EXERCISE PROMPT:
From the records below, transcribe only the lines running from the one with "#234=FACE_BOUND('',#233,.F.);" through the one with "#282=ADVANCED_FACE('',(#277,#280),#281,.T.);". Keep both of those end lines.

[DATA SHOWN — start]

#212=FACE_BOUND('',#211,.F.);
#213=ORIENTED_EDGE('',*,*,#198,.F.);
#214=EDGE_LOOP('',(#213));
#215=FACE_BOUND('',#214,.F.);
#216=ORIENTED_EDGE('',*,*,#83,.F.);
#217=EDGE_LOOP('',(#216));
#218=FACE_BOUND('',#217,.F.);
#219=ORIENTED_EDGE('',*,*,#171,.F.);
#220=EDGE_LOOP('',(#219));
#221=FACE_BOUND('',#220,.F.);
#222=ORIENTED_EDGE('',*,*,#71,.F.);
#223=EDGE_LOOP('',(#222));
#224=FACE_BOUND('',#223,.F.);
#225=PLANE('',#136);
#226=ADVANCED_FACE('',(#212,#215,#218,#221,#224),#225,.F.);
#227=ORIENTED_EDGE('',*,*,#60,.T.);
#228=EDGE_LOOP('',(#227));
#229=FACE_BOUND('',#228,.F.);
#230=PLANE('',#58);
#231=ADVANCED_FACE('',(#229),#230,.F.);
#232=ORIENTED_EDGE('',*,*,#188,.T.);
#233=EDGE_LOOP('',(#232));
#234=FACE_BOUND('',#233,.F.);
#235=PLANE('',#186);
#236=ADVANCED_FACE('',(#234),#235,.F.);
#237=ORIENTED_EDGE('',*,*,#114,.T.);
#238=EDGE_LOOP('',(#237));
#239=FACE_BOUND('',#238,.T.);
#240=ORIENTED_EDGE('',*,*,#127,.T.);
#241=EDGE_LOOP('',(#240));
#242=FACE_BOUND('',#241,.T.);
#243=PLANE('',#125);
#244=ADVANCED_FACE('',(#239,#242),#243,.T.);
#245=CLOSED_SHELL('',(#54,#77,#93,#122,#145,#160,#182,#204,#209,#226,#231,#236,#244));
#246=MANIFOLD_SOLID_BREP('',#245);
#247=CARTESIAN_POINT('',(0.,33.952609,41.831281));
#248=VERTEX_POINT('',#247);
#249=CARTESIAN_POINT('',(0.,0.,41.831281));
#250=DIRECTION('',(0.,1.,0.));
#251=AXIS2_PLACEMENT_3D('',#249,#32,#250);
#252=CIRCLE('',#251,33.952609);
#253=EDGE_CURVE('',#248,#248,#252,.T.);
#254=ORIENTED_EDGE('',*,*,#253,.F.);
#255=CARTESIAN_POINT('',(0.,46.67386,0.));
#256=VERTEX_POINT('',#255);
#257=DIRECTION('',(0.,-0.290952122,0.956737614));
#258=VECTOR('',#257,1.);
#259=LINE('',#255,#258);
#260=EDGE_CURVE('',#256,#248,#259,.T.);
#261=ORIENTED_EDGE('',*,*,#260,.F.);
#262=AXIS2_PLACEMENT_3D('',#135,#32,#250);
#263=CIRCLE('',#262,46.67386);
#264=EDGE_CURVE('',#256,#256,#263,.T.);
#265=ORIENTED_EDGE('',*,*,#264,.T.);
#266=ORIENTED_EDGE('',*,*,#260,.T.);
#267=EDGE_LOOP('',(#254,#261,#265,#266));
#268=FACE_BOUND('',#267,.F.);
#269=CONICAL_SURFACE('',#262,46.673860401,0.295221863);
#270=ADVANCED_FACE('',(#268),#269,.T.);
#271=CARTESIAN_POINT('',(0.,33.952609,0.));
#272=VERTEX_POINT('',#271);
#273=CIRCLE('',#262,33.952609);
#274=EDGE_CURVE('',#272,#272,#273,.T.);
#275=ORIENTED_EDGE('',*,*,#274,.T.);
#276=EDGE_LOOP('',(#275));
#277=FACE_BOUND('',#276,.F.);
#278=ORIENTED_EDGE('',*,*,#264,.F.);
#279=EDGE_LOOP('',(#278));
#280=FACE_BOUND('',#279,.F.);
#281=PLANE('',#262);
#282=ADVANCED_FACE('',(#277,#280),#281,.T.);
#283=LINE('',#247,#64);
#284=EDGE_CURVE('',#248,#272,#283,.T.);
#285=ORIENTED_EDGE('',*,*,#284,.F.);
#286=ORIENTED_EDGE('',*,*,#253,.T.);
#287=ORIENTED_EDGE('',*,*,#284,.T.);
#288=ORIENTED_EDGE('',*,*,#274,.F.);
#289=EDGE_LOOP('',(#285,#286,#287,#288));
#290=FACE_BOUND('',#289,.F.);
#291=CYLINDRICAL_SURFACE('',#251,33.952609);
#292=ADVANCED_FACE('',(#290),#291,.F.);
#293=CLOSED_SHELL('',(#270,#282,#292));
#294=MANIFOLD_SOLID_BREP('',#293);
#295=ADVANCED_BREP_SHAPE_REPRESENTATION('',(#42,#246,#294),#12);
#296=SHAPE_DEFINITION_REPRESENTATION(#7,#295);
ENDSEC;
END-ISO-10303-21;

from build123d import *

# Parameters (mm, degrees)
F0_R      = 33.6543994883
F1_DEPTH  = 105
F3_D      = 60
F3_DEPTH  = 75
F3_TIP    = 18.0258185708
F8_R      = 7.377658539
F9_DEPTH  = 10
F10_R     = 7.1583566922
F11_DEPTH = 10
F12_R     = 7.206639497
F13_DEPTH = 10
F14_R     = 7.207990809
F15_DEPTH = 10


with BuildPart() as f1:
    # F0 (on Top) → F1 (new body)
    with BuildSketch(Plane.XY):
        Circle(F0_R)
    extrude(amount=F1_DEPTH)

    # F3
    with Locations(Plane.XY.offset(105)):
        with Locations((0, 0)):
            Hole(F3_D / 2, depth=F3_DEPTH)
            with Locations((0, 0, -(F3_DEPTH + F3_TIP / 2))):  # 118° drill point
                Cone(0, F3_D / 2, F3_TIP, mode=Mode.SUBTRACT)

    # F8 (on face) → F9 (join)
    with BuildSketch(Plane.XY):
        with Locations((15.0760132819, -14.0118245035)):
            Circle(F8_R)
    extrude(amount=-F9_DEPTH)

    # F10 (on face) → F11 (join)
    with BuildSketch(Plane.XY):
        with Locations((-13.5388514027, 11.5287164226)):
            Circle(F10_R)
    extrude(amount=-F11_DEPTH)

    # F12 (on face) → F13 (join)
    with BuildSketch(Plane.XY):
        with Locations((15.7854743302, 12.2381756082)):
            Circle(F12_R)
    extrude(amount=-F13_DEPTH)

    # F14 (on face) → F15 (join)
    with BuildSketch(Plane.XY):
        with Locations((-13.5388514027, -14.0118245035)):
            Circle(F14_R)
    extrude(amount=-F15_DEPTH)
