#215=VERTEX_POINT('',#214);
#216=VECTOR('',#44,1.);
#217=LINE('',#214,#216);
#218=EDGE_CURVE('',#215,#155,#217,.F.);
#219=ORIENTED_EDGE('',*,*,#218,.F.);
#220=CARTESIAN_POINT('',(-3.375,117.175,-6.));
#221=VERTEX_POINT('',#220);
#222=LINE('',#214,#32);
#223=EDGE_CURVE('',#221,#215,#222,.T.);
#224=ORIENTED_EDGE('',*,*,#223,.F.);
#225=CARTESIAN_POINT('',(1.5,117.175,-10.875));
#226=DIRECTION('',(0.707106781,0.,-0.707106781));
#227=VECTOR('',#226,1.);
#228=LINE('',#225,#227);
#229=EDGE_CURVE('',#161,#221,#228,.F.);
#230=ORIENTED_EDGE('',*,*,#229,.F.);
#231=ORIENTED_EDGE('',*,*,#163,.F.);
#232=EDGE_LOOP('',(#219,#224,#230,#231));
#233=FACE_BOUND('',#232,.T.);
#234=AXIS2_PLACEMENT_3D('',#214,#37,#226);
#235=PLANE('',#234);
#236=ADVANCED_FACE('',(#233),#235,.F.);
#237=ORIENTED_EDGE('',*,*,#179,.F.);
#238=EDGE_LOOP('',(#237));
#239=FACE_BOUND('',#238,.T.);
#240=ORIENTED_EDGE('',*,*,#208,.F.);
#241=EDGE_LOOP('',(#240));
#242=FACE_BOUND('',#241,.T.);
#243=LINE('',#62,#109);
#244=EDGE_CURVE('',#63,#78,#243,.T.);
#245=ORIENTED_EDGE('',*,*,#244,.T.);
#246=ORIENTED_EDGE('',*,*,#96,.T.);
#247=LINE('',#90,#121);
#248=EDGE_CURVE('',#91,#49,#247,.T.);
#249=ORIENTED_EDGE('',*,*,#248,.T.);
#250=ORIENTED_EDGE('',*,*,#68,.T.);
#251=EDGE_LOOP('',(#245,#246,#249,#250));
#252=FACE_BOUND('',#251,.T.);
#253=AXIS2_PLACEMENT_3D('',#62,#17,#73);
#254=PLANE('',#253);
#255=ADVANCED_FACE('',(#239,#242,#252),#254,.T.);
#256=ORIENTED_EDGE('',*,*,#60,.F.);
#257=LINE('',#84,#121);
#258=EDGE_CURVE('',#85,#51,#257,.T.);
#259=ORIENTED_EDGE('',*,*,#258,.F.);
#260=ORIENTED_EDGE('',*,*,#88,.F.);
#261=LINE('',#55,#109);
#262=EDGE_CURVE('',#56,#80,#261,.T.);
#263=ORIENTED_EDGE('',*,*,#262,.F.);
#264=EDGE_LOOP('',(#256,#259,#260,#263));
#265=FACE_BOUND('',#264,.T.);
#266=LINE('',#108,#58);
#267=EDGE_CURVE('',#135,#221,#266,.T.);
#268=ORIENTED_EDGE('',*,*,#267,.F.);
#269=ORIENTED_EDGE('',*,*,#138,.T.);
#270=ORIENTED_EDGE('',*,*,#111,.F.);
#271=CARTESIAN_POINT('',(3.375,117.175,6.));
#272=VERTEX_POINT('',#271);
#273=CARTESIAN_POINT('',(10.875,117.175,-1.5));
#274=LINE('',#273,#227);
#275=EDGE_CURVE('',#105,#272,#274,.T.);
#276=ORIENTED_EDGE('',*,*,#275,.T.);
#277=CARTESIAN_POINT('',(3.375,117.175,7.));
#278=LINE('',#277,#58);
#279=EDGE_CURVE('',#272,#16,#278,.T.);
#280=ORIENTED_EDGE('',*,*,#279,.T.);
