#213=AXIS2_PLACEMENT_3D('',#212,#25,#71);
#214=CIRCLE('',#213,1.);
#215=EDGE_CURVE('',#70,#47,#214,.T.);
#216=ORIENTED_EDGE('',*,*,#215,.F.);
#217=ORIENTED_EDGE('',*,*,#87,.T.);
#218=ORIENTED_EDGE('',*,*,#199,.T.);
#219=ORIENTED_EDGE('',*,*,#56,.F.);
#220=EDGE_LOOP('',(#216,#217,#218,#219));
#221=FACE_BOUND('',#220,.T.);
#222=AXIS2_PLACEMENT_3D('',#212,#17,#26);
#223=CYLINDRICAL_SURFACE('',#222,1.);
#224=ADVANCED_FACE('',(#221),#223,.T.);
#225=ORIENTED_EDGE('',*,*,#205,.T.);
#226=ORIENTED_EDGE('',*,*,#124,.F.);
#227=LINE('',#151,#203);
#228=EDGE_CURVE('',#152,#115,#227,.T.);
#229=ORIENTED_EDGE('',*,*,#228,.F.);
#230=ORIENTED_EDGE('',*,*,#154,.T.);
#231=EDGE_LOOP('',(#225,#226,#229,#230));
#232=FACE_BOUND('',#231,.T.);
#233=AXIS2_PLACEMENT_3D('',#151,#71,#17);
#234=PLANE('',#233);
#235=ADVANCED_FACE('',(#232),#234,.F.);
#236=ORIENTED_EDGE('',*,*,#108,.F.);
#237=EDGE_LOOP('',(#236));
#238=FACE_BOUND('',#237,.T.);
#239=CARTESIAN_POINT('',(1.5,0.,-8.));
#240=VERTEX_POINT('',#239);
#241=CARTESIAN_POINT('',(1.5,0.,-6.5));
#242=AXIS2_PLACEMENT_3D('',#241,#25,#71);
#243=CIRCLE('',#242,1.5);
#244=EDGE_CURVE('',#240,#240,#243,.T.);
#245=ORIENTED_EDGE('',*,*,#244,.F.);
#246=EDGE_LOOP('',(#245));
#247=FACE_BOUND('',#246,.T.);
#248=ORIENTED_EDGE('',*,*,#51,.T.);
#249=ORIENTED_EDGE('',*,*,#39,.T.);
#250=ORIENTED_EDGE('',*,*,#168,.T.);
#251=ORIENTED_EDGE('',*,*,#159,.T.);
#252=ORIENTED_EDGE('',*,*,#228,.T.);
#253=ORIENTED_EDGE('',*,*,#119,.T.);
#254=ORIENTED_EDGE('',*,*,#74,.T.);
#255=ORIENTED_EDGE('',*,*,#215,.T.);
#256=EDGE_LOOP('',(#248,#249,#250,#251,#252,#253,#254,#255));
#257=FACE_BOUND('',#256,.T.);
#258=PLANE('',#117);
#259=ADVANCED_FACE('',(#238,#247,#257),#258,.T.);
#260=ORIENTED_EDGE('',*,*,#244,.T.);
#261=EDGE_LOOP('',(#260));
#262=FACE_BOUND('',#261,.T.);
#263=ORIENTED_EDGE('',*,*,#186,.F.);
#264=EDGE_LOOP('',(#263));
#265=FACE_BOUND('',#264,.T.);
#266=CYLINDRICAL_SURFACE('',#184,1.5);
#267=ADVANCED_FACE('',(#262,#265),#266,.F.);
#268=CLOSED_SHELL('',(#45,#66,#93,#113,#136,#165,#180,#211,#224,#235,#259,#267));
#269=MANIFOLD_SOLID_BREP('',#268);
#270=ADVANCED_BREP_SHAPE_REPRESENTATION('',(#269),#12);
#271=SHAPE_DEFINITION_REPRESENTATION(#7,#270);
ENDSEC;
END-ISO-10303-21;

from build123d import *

[DATA SHOWN — finish]

RESULT OF THIS TASK:
#234=FACE_BOUND('',#233,.F.);
#235=PLANE('',#186);
#236=ADVANCED_FACE('',(#234),#235,.F.);
#237=ORIENTED_EDGE('',*,*,#114,.T.);
#238=EDGE_LOOP('',(#237));
#239=FACE_BOUND('',#238,.T.);
#240=ORIENTED_EDGE('',*,*,#127,.T.);
#241=EDGE_LOOP('',(#240));
#242=FACE_BOUND('',#241,.T.);
#243=PLANE('',#125);
#244=ADVANCED_FACE('',(#239,#242),#243,.T.);
#245=CLOSED_SHELL('',(#54,#77,#93,#122,#145,#160,#182,#204,#209,#226,#231,#236,#244));
#246=MANIFOLD_SOLID_BREP('',#245);
#247=CARTESIAN_POINT('',(0.,33.952609,41.831281));
#248=VERTEX_POINT('',#247);
#249=CARTESIAN_POINT('',(0.,0.,41.831281));
#250=DIRECTION('',(0.,1.,0.));
#251=AXIS2_PLACEMENT_3D('',#249,#32,#250);
#252=CIRCLE('',#251,33.952609);
#253=EDGE_CURVE('',#248,#248,#252,.T.);
#254=ORIENTED_EDGE('',*,*,#253,.F.);
#255=CARTESIAN_POINT('',(0.,46.67386,0.));
#256=VERTEX_POINT('',#255);
#257=DIRECTION('',(0.,-0.290952122,0.956737614));
#258=VECTOR('',#257,1.);
#259=LINE('',#255,#258);
#260=EDGE_CURVE('',#256,#248,#259,.T.);
#261=ORIENTED_EDGE('',*,*,#260,.F.);
#262=AXIS2_PLACEMENT_3D('',#135,#32,#250);
#263=CIRCLE('',#262,46.67386);
#264=EDGE_CURVE('',#256,#256,#263,.T.);
#265=ORIENTED_EDGE('',*,*,#264,.T.);
#266=ORIENTED_EDGE('',*,*,#260,.T.);
#267=EDGE_LOOP('',(#254,#261,#265,#266));
#268=FACE_BOUND('',#267,.F.);
#269=CONICAL_SURFACE('',#262,46.673860401,0.295221863);
#270=ADVANCED_FACE('',(#268),#269,.T.);
#271=CARTESIAN_POINT('',(0.,33.952609,0.));
#272=VERTEX_POINT('',#271);
#273=CIRCLE('',#262,33.952609);
#274=EDGE_CURVE('',#272,#272,#273,.T.);
#275=ORIENTED_EDGE('',*,*,#274,.T.);
#276=EDGE_LOOP('',(#275));
#277=FACE_BOUND('',#276,.F.);
#278=ORIENTED_EDGE('',*,*,#264,.F.);
#279=EDGE_LOOP('',(#278));
#280=FACE_BOUND('',#279,.F.);
#281=PLANE('',#262);
#282=ADVANCED_FACE('',(#277,#280),#281,.T.);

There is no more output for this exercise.